Replies are listed 'Best First'.
Re^3: Utf8 experts help!
by Anonymous Monk on Jan 24, 2012 at 13:53 UTC
    Now that you posted code, I see your problem. You should have posted your real code and data right in the beginning, remember this for the next time!

    The problem lies in a wrong assumption. Somehow you got the idea that you have double-encoded UTF-8, but the octet sequence \320\245\320\260\321\207\320\260\321\202\321\203\321\200 \320\241\321\203\320\263\321\217\320\275 which you have read from a file or the network is actually simple encoded UTF-8. Trying to decode it twice in a row is a programmer mistake.

    decode 'UTF-8', "\320\245\320\260\321\207\320\260\321\202\321\203\321\200 \320\241\321\203\320\263\321\217\320\275" returns the Perl character string Хачатур Сугян. Operate on that result.

    Completely read http://p3rl.org/UNI to learn about the topic of encoding in Perl. Forget that the pragma utf8 also has some functions; you must use the Encode module only.

Re^3: Utf8 experts help!
by choroba (Cardinal) on Jan 24, 2012 at 13:23 UTC
    the error with Encode::decode('utf8' occurs when it attempts to decode a string read from a file which contains already processed data
    There is probably an error in the code that saves the processed data. Do you set any encoding on the output file?
      Files are written simply by print HANDLE "foo"; (yet in some cases HANDLE is opened in binary mode instead of text mode). On the other hand my prog has grown quite large, has many interacting modules and I can not exclude the possibility that at some point my_decode is called on some fields before saving them to file.

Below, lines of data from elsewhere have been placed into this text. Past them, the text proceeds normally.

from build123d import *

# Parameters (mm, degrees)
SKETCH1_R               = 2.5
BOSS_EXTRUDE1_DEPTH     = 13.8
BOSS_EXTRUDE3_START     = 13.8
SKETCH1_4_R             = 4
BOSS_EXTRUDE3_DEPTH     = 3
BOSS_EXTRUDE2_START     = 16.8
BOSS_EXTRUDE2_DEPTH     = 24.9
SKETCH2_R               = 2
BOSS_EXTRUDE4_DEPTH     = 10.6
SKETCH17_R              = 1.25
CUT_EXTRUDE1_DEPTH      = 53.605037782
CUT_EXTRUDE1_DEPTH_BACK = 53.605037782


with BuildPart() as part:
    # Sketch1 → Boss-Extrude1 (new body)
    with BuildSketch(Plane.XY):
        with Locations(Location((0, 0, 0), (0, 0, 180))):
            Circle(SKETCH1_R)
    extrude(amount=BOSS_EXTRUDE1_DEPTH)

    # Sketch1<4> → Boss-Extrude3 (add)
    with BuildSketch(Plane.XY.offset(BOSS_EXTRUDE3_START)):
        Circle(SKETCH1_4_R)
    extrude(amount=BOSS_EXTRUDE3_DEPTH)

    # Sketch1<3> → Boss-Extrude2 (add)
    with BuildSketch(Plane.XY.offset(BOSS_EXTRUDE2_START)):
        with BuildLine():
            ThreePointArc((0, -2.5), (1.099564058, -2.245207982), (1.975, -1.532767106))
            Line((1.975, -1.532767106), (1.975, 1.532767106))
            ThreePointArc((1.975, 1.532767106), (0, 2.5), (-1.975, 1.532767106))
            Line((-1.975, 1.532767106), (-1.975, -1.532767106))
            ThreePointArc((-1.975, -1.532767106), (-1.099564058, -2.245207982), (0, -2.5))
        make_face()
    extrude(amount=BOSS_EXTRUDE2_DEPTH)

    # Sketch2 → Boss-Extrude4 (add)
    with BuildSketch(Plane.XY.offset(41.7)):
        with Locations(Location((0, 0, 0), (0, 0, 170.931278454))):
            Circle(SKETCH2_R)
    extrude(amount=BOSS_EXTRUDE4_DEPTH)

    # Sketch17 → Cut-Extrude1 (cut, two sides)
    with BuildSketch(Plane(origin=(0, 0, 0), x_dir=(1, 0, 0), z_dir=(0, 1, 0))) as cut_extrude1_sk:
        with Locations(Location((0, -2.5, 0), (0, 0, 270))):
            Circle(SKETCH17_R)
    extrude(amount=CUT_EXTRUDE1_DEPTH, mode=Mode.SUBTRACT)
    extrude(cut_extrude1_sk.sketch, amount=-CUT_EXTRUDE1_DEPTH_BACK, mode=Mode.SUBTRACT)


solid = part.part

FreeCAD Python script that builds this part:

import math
import FreeCAD as App
import Part
import Sketcher
from FreeCAD import Vector
Q = App.Units.Quantity

doc = App.newDocument("Part")
params = doc.addObject("Spreadsheet::Sheet", "Params")
for row, (alias, value) in enumerate([
    ("sketch1_diameter", "5 mm"),
    ("pad1_length", "13.8 mm"),
    ("sketch2_diameter", "8 mm"),
    ("pad2_length", "3 mm"),
    ("sketch3_radius", "2.5 mm"),
    ("pad3_length", "24.9 mm"),
    ("sketch4_diameter", "4 mm"),
    ("pad4_length", "10.6 mm"),
    ("sketch5_diameter", "2.5 mm"),
], start=1):
    params.set(f"A{row}", alias)
    params.set(f"B{row}", "=" + value)
    params.setAlias(f"B{row}", alias)

body = doc.addObject("PartDesign::Body", "Body")

sketch1 = body.newObject("Sketcher::SketchObject", "Sketch")
sketch1.AttachmentSupport = (doc.getObject("XY_Plane"), [""])
sketch1.MapMode = "FlatFace"
sketch1.addGeometry(Part.Circle(Vector(0, 0, 0), Vector(0, 0, 1), 2.5), False)
sketch1.addConstraint([
    Sketcher.Constraint("Coincident", 0, 3, -1, 1),
    Sketcher.Constraint("Diameter", 0, Q("5 mm")),
])
sketch1.setExpression("Constraints[1]", "Params.sketch1_diameter")
pad1 = body.newObject("PartDesign::Pad", "Pad")
pad1.Profile = sketch1
pad1.setExpression("Length", "Params.pad1_length")

sketch2 = body.newObject("Sketcher::SketchObject", "Sketch001")
sketch2.AttachmentSupport = (doc.getObject("XY_Plane"), [""])
sketch2.MapMode = "FlatFace"
sketch2.AttachmentOffset = App.Placement(Vector(0, 0, 13.8), App.Rotation())
sketch2.addGeometry(Part.Circle(Vector(0, 0, 0), Vector(0, 0, 1), 4), False)
sketch2.addConstraint([
    Sketcher.Constraint("Coincident", 0, 3, -1, 1),
    Sketcher.Constraint("Diameter", 0, Q("8 mm")),
])
sketch2.setExpression("Constraints[1]", "Params.sketch2_diameter")
pad2 = body.newObject("PartDesign::Pad", "Pad001")
pad2.Profile = sketch2
pad2.setExpression("Length", "Params.pad2_length")

sketch3 = body.newObject("Sketcher::SketchObject", "Sketch002")
sketch3.AttachmentSupport = (doc.getObject("XY_Plane"), [""])
sketch3.MapMode = "FlatFace"
sketch3.AttachmentOffset = App.Placement(Vector(0, 0, 16.8), App.Rotation())
sketch3.addGeometry([
    Part.ArcOfCircle(Part.Circle(Vector(0, 0, 0), Vector(0, 0, 1), 2.5), math.radians(-90), math.radians(-37.814489)),
    Part.LineSegment(Vector(1.975, -1.532767, 0), Vector(1.975, 1.532767, 0)),
    Part.ArcOfCircle(Part.Circle(Vector(0, 0, 0), Vector(0, 0, 1), 2.5), math.radians(37.814489), math.radians(142.185511)),
    Part.LineSegment(Vector(-1.975, 1.532767, 0), Vector(-1.975, -1.532767, 0)),
    Part.ArcOfCircle(Part.Circle(Vector(0, 0, 0), Vector(0, 0, 1), 2.5), math.radians(-142.185511), math.radians(-90)),
], False)
sketch3.addConstraint([
    Sketcher.Constraint("Coincident", 0, 2, 1, 1),
    Sketcher.Constraint("Coincident", 1, 2, 2, 1),
    Sketcher.Constraint("Coincident", 2, 2, 3, 1),
    Sketcher.Constraint("Coincident", 3, 2, 4, 1),
    Sketcher.Constraint("Tangent", 4, 2, 0, 1),
    Sketcher.Constraint("Vertical", 1),
    Sketcher.Constraint("Vertical", 3),
    Sketcher.Constraint("Coincident", 0, 3, -1, 1),
    Sketcher.Constraint("Coincident", 2, 3, -1, 1),
    Sketcher.Constraint("Equal", 0, 2),
    Sketcher.Constraint("Equal", 2, 4),
    Sketcher.Constraint("PointOnObject", 4, 2, -2),
    Sketcher.Constraint("Horizontal", 1, 2, 2, 2),
    Sketcher.Constraint("Radius", 0, Q("2.5 mm")),
    Sketcher.Constraint("DistanceX", 2, 2, 1, 2, Q("3.95 mm")),
])
sketch3.setExpression("Constraints[13]", "Params.sketch3_radius")
pad3 = body.newObject("PartDesign::Pad", "Pad002")
pad3.Profile = sketch3
pad3.setExpression("Length", "Params.pad3_length")

sketch4 = body.newObject("Sketcher::SketchObject", "Sketch003")
sketch4.AttachmentSupport = (doc.getObject("XY_Plane"), [""])
sketch4.MapMode = "FlatFace"
sketch4.AttachmentOffset = App.Placement(Vector(0, 0, 41.7), App.Rotation())
sketch4.addGeometry(Part.Circle(Vector(0, 0, 0), Vector(0, 0, 1), 2), False)
sketch4.addConstraint([
    Sketcher.Constraint("Coincident", 0, 3, -1, 1),
    Sketcher.Constraint("Diameter", 0, Q("4 mm")),
])
sketch4.setExpression("Constraints[1]", "Params.sketch4_diameter")
pad4 = body.newObject("PartDesign::Pad", "Pad003")
pad4.Profile = sketch4
pad4.setExpression("Length", "Params.pad4_length")

sketch5 = body.newObject("Sketcher::SketchObject", "Sketch004")
sketch5.AttachmentSupport = (doc.getObject("XZ_Plane"), [""])
sketch5.MapMode = "FlatFace"
sketch5.addGeometry(Part.Circle(Vector(0, 2.5, 0), Vector(0, 0, 1), 1.25), False)
sketch5.addConstraint([
    Sketcher.Constraint("PointOnObject", 0, 3, -2),
    Sketcher.Constraint("Diameter", 0, Q("2.5 mm")),
    Sketcher.Constraint("DistanceY", -1, 1, 0, 3, Q("2.5 mm")),
])
sketch5.setExpression("Constraints[1]", "Params.sketch5_diameter")
pocket1 = body.newObject("PartDesign::Pocket", "Pocket")
pocket1.Profile = sketch5
pocket1.Type = "ThroughAll"
pocket1.Midplane = True

doc.recompute()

      Still I don't understand why Encode::decode('utf8' does not fail when reading wide characters in the first round only in the second round.
        In the light of Anonymous Monk's comment I don't understand how a single time decoded sequence is generated in my prog since decoding takes place only in the 'my_decode' sub (either twice or not at all).

        Still I don't understand why Encode::decode('utf8' does not fail when reading wide characters in the first round only in the second round.

        There was no wide characters in the first round of decoding. You have the string "\320\245\320\260\321\207\320\260\321\202\321\203\321\200 \320\241\321\203\320\263\321\217\320\275", and it only contains characters with values in [0..255]. A wide character is a character with value greater than 255.

Re^3: Utf8 experts help!
by ikegami (Patriarch) on Jan 24, 2012 at 21:12 UTC

    utf8::decode DID return an error. You just ignored it (didn't check for it).

    use Encode qw( decode ); print("Using Encode::decode:\n"); eval { $s = "\320\245\320\260\321\207\320\260\321\202\321\203\321\200 " . "\320\241\321\203\320\263\321\217\320\275"; $s = decode("UTF-8", $s); $s = decode("UTF-8", $s); 1 } or print($@); print("\n"); print("Using utf8::decode\n"); eval { $s = "\320\245\320\260\321\207\320\260\321\202\321\203\321\200 " . "\320\241\321\203\320\263\321\217\320\275"; utf8::decode($s) or die("Not valid UTF-8"); utf8::decode($s) or die("Not valid UTF-8"); # line 19 1 } or print($@);
    Using Encode::decode: Cannot decode string with wide characters at .../Encode.pm line 174. Using utf8::decode Not valid UTF-8 at a.pl line 19.